あらすじ
祖国への愛と希望に満ちた、力強い言葉が心を揺さぶる詩です。絶望の淵に立たされたとしても、その言葉にこそ救いを見出すことができるという、作者の熱い思いが伝わってきます。厳しい現実の中でも、祖国への揺るぎない信念と、未来への希望を歌い上げる、力強くも美しい詩です。

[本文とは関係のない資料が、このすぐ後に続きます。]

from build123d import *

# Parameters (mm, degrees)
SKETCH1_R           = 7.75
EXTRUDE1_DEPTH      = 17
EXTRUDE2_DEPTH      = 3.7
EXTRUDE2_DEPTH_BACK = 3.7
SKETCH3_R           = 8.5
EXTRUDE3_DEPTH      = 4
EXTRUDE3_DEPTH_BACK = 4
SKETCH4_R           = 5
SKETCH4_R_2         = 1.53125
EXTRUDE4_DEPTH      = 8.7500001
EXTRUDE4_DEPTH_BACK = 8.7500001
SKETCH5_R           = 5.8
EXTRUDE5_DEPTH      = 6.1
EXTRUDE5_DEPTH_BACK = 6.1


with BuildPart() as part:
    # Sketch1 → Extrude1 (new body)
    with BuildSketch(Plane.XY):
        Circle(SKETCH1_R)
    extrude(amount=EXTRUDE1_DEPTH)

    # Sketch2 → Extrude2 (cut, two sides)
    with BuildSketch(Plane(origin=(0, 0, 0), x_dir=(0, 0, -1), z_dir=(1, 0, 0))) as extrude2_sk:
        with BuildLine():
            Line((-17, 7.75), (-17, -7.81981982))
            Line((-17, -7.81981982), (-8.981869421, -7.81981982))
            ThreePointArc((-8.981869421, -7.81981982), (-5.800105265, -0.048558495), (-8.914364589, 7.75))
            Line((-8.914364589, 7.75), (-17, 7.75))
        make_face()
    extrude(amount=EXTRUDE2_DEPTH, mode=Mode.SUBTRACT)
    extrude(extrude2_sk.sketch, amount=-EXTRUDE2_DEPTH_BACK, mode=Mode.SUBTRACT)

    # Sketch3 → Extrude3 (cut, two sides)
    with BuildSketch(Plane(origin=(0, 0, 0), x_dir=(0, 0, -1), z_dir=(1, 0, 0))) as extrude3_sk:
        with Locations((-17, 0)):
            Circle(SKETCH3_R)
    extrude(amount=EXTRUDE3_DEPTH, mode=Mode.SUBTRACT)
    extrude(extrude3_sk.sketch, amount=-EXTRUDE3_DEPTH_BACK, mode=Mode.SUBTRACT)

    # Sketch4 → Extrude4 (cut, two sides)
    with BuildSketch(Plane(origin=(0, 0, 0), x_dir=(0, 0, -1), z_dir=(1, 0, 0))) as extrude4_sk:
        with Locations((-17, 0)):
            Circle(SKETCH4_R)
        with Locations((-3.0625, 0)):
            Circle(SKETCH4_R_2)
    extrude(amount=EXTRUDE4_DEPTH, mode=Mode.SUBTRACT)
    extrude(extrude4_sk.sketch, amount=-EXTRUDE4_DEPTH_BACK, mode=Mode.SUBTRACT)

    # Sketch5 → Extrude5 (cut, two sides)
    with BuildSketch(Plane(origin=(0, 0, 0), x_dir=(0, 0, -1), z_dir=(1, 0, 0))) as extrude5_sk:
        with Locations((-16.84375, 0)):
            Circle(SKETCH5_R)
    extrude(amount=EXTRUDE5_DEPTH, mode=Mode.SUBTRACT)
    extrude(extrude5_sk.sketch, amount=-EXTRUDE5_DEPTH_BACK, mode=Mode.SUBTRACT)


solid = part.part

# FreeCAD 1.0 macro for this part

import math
import FreeCAD as App
import Part
import Sketcher

V = App.Vector

doc = App.newDocument("Part")
params = doc.addObject("Spreadsheet::Sheet", "Params")
for row, (alias, value) in enumerate([
    ("sketch1_diameter", "15.5 mm"),
    ("pad1_length", "17 mm"),
    ("sketch2_radius", "11.2 mm"),
    ("pocket1_length", "3.7 mm"),
    ("pocket1_length2", "3.7 mm"),
    ("sketch3_diameter", "17 mm"),
    ("pocket2_length", "4 mm"),
    ("pocket2_length2", "4 mm"),
    ("sketch4_diameter", "10 mm"),
    ("sketch5_diameter", "11.6 mm"),
    ("pocket4_length", "6.1 mm"),
    ("pocket4_length2", "6.1 mm"),
], start=1):
    params.set(f"A{row}", alias)
    params.set(f"B{row}", "=" + value)
    params.setAlias(f"B{row}", alias)

body = doc.addObject("PartDesign::Body", "Body")

sketch1 = body.newObject("Sketcher::SketchObject", "Sketch")
sketch1.AttachmentSupport = (doc.getObject("XY_Plane"), [""])
sketch1.MapMode = "FlatFace"
sketch1.addGeometry(Part.Circle(V(0, 0, 0), V(0, 0, 1), 7.75), False)
sketch1.addConstraint([
    Sketcher.Constraint("Coincident", 0, 3, -1, 1),
    Sketcher.Constraint("Diameter", 0, 15.5),
])
sketch1.setExpression("Constraints[1]", "Params.sketch1_diameter")
pad1 = body.newObject("PartDesign::Pad", "Pad")
pad1.Profile = sketch1
pad1.setExpression("Length", "Params.pad1_length")

sketch2 = body.newObject("Sketcher::SketchObject", "Sketch001")
sketch2.AttachmentSupport = (doc.getObject("YZ_Plane"), [""])
sketch2.MapMode = "FlatFace"
sketch2.addGeometry([
    Part.LineSegment(V(7.75, 17, 0), V(-7.81982, 17, 0)),
    Part.LineSegment(V(-7.81982, 17, 0), V(-7.81982, 8.981869, 0)),
    Part.ArcOfCircle(Part.Circle(V(0, 17, 0), V(0, 0, 1), 11.2), math.radians(-134.282623), math.radians(-46.214199)),
    Part.LineSegment(V(7.75, 8.914365, 0), V(7.75, 17, 0)),
], False)
sketch2.addConstraint([
    Sketcher.Constraint("Coincident", 0, 2, 1, 1),
    Sketcher.Constraint("Coincident", 1, 2, 2, 1),
    Sketcher.Constraint("Coincident", 2, 2, 3, 1),
    Sketcher.Constraint("Coincident", 3, 2, 0, 1),
    Sketcher.Constraint("Horizontal", 0),
    Sketcher.Constraint("Vertical", 1),
    Sketcher.Constraint("Vertical", 3),
    Sketcher.Constraint("PointOnObject", 2, 3, -2),
    Sketcher.Constraint("Horizontal", 2, 3, 0, 2),
    Sketcher.Constraint("Radius", 2, 11.2),
    Sketcher.Constraint("DistanceY", -1, 1, 2, 3, 17.0),
    Sketcher.Constraint("DistanceX", -1, 1, 2, 2, 7.75),
    Sketcher.Constraint("DistanceX", 0, 2, 0, 1, 15.56982),
])
sketch2.setExpression("Constraints[9]", "Params.sketch2_radius")
pocket1 = body.newObject("PartDesign::Pocket", "Pocket")
pocket1.Profile = sketch2
pocket1.Type = "TwoLengths"
pocket1.setExpression("Length", "Params.pocket1_length")
pocket1.setExpression("Length2", "Params.pocket1_length2")
pocket1.Reversed = True

sketch3 = body.newObject("Sketcher::SketchObject", "Sketch002")
sketch3.AttachmentSupport = (doc.getObject("YZ_Plane"), [""])
sketch3.MapMode = "FlatFace"
sketch3.addGeometry(Part.Circle(V(0, 17, 0), V(0, 0, 1), 8.5), False)
sketch3.addConstraint([
    Sketcher.Constraint("PointOnObject", 0, 3, -2),
    Sketcher.Constraint("Diameter", 0, 17.0),
    Sketcher.Constraint("DistanceY", -1, 1, 0, 3, 17.0),
])
sketch3.setExpression("Constraints[1]", "Params.sketch3_diameter")
pocket2 = body.newObject("PartDesign::Pocket", "Pocket001")
pocket2.Profile = sketch3
pocket2.Type = "TwoLengths"
pocket2.setExpression("Length", "Params.pocket2_length")
pocket2.setExpression("Length2", "Params.pocket2_length2")
pocket2.Reversed = True

sketch4 = body.newObject("Sketcher::SketchObject", "Sketch003")
sketch4.AttachmentSupport = (doc.getObject("YZ_Plane"), [""])
sketch4.MapMode = "FlatFace"
sketch4.addGeometry([
    Part.Circle(V(0, 17, 0), V(0, 0, 1), 5),
    Part.Circle(V(0, 3.0625, 0), V(0, 0, 1), 1.53125),
], False)
sketch4.addConstraint([
    Sketcher.Constraint("PointOnObject", 0, 3, -2),
    Sketcher.Constraint("PointOnObject", 1, 3, -2),
    Sketcher.Constraint("Diameter", 0, 10.0),
    Sketcher.Constraint("DistanceY", -1, 1, 0, 3, 17.0),
    Sketcher.Constraint("Diameter", 1, 3.0625),
    Sketcher.Constraint("DistanceY", -1, 1, 1, 3, 3.0625),
])
sketch4.setExpression("Constraints[2]", "Params.sketch4_diameter")
pocket3 = body.newObject("PartDesign::Pocket", "Pocket002")
pocket3.Profile = sketch4
pocket3.Type = "ThroughAll"
pocket3.Midplane = True

sketch5 = body.newObject("Sketcher::SketchObject", "Sketch004")
sketch5.AttachmentSupport = (doc.getObject("YZ_Plane"), [""])
sketch5.MapMode = "FlatFace"
sketch5.addGeometry(Part.Circle(V(0, 16.84375, 0), V(0, 0, 1), 5.8), False)
sketch5.addConstraint([
    Sketcher.Constraint("PointOnObject", 0, 3, -2),
    Sketcher.Constraint("Diameter", 0, 11.6),
    Sketcher.Constraint("DistanceY", -1, 1, 0, 3, 16.84375),
])
sketch5.setExpression("Constraints[1]", "Params.sketch5_diameter")
pocket4 = body.newObject("PartDesign::Pocket", "Pocket003")
pocket4.Profile = sketch5
pocket4.Type = "TwoLengths"
pocket4.setExpression("Length", "Params.pocket4_length")
pocket4.setExpression("Length2", "Params.pocket4_length2")
pocket4.Reversed = True

doc.recompute()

 疑ひまどふけふこのごろ、國運を思ひて、心病みぬるけふこのごろ、なれこそは、杖なれ、より木なれ、あゝ、大なるかな、忠なるかな、自由なるかな、露西亞の言葉よ。汝なかりせば、今の故國のさまをみて、たれかのぞみを絶たざらむ。しかも、大なる國民にあらずして、かゝる言葉をもたむこと、夢にも思ひえせざるなり。

底本:「上田敏全訳詩集」岩波文庫、岩波書店
   1962(昭和37)年12月16日第1刷発行
   2010(平成22)年4月21日第38刷改版発行
初出:「明星 三ノ二」
   1902(明治35)年8月
入力:川山隆
校正:岡村和彦
2013年1月9日作成
青空文庫作成ファイル:
このファイルは、インターネットの図書館、青空文庫(http://www.aozora.gr.jp/)で作られました。入力、校正、制作にあたったのは、ボランティアの皆さんです。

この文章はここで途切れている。